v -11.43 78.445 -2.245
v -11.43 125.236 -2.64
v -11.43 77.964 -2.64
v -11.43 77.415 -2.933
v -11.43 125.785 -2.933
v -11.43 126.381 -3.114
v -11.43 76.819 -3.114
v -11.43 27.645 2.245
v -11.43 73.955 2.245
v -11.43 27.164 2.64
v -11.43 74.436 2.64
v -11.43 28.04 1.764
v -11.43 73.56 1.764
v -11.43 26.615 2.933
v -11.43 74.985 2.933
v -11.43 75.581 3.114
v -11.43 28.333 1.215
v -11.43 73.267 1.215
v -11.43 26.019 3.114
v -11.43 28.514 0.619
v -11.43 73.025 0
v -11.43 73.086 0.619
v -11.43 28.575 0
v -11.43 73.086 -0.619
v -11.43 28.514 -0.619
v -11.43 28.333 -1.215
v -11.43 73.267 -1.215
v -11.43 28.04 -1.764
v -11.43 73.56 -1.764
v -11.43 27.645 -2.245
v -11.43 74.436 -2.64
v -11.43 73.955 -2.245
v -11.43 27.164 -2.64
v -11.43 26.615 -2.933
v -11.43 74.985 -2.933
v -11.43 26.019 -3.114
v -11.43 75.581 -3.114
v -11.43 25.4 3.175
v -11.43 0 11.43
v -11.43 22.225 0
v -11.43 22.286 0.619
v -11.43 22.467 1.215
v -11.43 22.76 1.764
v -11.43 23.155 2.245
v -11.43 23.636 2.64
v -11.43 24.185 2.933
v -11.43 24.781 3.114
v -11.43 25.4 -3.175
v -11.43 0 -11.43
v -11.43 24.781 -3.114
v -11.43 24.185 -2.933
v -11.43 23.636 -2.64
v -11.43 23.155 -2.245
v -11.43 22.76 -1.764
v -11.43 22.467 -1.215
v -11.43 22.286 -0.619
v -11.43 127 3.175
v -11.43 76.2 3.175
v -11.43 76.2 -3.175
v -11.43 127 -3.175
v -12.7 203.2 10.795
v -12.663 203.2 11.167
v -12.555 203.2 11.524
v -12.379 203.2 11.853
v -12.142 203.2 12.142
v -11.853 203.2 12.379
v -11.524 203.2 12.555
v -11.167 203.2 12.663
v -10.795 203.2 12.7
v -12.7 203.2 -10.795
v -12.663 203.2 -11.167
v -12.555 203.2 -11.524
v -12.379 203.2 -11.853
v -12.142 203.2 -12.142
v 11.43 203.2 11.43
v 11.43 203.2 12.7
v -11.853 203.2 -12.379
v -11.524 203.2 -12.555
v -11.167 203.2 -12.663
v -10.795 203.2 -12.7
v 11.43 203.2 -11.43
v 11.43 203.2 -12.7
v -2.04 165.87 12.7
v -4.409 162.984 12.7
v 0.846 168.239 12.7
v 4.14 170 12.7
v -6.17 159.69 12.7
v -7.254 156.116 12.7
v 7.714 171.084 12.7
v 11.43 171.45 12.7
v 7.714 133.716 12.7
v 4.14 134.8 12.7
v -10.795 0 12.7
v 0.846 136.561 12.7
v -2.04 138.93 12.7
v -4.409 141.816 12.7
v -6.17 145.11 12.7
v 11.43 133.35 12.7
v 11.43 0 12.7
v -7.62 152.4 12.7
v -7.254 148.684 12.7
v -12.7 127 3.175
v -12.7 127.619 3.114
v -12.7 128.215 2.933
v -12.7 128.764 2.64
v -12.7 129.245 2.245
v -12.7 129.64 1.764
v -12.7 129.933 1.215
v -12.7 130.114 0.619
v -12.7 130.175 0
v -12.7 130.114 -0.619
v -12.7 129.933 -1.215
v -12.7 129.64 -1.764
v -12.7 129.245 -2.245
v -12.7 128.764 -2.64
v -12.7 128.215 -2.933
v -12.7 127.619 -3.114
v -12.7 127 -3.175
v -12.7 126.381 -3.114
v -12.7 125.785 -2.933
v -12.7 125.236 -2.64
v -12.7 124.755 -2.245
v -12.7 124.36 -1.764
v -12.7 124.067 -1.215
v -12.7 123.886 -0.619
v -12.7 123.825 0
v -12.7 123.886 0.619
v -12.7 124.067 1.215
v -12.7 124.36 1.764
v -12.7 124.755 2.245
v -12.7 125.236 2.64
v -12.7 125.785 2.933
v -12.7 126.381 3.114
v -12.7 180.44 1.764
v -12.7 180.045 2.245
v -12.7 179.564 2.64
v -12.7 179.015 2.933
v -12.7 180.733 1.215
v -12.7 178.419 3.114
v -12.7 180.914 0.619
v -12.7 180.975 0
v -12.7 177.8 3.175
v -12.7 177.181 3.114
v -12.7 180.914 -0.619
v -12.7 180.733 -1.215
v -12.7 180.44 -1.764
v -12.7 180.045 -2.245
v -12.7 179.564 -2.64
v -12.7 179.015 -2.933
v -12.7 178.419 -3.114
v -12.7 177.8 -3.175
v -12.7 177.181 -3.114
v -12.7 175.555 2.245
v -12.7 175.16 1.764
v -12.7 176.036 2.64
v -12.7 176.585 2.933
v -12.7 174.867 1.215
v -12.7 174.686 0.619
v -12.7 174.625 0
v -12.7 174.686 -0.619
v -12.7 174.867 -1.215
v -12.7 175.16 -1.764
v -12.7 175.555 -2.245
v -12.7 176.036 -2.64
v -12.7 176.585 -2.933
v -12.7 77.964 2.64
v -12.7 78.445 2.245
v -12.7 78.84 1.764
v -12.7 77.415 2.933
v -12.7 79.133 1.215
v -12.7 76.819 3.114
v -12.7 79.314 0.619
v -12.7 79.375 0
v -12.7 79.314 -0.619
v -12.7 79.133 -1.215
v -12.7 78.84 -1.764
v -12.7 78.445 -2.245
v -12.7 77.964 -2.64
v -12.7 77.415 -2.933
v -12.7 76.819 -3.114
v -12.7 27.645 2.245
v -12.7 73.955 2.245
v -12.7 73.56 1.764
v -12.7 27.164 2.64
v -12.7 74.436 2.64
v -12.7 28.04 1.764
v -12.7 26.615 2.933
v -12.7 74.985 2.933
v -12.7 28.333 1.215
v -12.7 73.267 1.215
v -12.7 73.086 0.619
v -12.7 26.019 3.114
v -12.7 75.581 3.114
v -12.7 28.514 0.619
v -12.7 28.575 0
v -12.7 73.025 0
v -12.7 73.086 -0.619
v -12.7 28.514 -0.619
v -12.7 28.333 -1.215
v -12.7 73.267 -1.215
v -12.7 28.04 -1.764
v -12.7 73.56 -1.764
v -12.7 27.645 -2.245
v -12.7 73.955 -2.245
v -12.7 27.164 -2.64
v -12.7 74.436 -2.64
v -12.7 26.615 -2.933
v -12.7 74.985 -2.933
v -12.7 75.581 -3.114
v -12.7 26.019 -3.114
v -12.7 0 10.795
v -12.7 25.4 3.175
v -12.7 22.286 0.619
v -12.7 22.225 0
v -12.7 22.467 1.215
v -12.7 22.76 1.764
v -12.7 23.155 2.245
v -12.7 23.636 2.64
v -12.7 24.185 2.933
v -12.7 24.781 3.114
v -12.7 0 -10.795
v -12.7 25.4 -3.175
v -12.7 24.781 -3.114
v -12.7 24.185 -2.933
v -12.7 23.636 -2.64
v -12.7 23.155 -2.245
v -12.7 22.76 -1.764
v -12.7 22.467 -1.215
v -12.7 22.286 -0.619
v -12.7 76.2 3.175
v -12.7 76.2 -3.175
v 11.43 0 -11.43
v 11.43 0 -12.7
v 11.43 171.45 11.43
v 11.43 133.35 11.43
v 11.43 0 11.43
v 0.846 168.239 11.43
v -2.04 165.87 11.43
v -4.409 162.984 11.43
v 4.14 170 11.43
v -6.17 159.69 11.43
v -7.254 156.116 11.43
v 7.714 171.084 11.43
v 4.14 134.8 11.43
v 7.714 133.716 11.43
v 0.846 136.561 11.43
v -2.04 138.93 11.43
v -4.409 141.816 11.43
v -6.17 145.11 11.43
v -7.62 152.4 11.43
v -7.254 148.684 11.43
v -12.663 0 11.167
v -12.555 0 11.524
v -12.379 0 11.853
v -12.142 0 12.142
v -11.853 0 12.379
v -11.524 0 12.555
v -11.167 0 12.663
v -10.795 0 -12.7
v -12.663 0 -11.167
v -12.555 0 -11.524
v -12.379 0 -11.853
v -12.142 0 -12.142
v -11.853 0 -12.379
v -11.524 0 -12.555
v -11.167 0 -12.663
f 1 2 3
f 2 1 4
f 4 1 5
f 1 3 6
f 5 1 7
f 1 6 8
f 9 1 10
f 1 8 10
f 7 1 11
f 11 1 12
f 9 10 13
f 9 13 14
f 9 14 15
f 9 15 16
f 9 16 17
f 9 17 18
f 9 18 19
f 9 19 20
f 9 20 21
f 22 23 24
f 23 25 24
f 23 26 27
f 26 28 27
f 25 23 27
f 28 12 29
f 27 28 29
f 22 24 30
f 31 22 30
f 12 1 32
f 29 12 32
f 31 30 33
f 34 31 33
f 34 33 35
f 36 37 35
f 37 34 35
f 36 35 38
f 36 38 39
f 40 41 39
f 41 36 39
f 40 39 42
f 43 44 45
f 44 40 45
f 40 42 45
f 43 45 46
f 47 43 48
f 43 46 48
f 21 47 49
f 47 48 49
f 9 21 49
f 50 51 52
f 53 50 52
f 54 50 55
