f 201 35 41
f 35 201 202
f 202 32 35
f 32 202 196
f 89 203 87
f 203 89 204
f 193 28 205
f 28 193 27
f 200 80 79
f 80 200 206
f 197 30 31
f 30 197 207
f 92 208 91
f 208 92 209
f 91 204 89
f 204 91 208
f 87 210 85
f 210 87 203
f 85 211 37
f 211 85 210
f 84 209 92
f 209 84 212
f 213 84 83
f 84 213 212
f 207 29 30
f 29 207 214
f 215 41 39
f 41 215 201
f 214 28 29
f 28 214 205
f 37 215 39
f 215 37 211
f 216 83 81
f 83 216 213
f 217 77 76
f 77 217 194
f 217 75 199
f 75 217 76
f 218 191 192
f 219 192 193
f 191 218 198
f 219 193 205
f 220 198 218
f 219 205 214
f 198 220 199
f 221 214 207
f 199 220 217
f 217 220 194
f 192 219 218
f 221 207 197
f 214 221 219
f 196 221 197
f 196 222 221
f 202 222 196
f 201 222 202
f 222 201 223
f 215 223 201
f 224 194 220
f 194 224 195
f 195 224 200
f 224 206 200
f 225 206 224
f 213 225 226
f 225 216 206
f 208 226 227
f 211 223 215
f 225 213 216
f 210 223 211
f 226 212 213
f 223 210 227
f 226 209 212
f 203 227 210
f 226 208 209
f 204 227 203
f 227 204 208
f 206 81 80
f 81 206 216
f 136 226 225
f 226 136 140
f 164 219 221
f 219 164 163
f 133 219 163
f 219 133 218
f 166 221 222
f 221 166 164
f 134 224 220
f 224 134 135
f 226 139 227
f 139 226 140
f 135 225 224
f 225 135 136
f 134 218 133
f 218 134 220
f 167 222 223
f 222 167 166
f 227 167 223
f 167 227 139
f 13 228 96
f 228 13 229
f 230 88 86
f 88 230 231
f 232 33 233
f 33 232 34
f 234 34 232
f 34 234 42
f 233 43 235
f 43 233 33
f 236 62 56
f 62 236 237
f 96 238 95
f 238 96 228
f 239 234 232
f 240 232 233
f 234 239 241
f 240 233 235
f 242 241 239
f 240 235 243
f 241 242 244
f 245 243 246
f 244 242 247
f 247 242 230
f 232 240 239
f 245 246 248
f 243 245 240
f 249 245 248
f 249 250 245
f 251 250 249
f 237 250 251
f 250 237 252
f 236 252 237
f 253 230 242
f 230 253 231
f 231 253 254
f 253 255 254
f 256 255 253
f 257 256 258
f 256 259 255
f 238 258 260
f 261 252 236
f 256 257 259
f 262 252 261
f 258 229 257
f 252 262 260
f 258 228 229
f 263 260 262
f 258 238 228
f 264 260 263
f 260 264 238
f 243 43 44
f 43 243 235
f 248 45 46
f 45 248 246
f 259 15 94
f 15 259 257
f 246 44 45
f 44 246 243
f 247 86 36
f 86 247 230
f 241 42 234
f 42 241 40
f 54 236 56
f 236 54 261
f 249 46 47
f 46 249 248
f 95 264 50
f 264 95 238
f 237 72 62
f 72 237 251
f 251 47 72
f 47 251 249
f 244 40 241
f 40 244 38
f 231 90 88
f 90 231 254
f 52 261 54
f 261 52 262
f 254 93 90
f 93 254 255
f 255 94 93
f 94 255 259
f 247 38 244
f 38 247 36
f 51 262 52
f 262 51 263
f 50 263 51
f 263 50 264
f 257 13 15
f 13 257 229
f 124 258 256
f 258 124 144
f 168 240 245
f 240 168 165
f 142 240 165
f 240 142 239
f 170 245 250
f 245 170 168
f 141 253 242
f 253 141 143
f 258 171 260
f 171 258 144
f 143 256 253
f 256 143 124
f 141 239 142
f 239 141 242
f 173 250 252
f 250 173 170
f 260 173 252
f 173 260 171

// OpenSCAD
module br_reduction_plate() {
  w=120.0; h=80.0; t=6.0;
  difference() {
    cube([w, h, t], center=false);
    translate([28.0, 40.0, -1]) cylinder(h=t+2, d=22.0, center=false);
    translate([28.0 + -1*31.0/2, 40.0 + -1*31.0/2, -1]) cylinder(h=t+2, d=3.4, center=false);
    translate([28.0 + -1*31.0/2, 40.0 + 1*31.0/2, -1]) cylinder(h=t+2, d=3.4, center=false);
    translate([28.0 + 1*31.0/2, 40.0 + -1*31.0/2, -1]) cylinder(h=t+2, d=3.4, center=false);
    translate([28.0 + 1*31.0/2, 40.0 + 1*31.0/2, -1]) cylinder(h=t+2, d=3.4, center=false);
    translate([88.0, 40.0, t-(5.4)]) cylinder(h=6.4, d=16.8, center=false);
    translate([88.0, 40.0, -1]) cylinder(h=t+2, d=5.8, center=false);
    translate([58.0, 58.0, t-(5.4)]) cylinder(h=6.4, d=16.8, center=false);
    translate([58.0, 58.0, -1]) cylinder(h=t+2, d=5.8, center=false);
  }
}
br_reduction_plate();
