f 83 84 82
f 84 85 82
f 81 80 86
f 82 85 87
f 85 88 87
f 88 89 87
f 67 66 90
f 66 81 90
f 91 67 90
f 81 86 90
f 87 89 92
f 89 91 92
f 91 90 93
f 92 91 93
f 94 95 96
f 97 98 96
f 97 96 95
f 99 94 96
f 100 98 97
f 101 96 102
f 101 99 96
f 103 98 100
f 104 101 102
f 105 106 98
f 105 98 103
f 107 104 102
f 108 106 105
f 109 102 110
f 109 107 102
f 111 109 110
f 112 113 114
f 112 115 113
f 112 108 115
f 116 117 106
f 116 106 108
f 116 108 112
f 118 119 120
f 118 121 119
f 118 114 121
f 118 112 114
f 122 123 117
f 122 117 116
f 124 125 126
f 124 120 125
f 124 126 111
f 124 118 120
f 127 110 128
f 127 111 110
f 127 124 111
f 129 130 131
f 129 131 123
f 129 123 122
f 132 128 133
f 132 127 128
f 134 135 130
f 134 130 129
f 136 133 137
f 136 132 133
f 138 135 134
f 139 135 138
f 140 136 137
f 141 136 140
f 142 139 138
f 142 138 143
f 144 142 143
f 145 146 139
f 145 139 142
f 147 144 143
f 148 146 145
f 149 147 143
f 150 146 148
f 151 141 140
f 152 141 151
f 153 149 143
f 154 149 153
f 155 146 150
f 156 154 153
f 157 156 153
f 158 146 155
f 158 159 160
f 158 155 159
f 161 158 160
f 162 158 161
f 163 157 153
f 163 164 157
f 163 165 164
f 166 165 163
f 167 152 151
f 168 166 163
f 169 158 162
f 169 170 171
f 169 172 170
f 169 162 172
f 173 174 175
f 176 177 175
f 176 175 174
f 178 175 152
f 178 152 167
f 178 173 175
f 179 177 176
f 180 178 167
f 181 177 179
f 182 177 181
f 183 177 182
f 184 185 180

**TASK REQUIREMENTS:** Give back exactly what runs from the first line of the listing above to the line that contains "v -11.43 0 11.43", keeping both end lines.

**REPLY TO THE EXERCISE:**
v -11.43 78.445 -2.245
v -11.43 125.236 -2.64
v -11.43 77.964 -2.64
v -11.43 77.415 -2.933
v -11.43 125.785 -2.933
v -11.43 126.381 -3.114
v -11.43 76.819 -3.114
v -11.43 27.645 2.245
v -11.43 73.955 2.245
v -11.43 27.164 2.64
v -11.43 74.436 2.64
v -11.43 28.04 1.764
v -11.43 73.56 1.764
v -11.43 26.615 2.933
v -11.43 74.985 2.933
v -11.43 75.581 3.114
v -11.43 28.333 1.215
v -11.43 73.267 1.215
v -11.43 26.019 3.114
v -11.43 28.514 0.619
v -11.43 73.025 0
v -11.43 73.086 0.619
v -11.43 28.575 0
v -11.43 73.086 -0.619
v -11.43 28.514 -0.619
v -11.43 28.333 -1.215
v -11.43 73.267 -1.215
v -11.43 28.04 -1.764
v -11.43 73.56 -1.764
v -11.43 27.645 -2.245
v -11.43 74.436 -2.64
v -11.43 73.955 -2.245
v -11.43 27.164 -2.64
v -11.43 26.615 -2.933
v -11.43 74.985 -2.933
v -11.43 26.019 -3.114
v -11.43 75.581 -3.114
v -11.43 25.4 3.175
v -11.43 0 11.43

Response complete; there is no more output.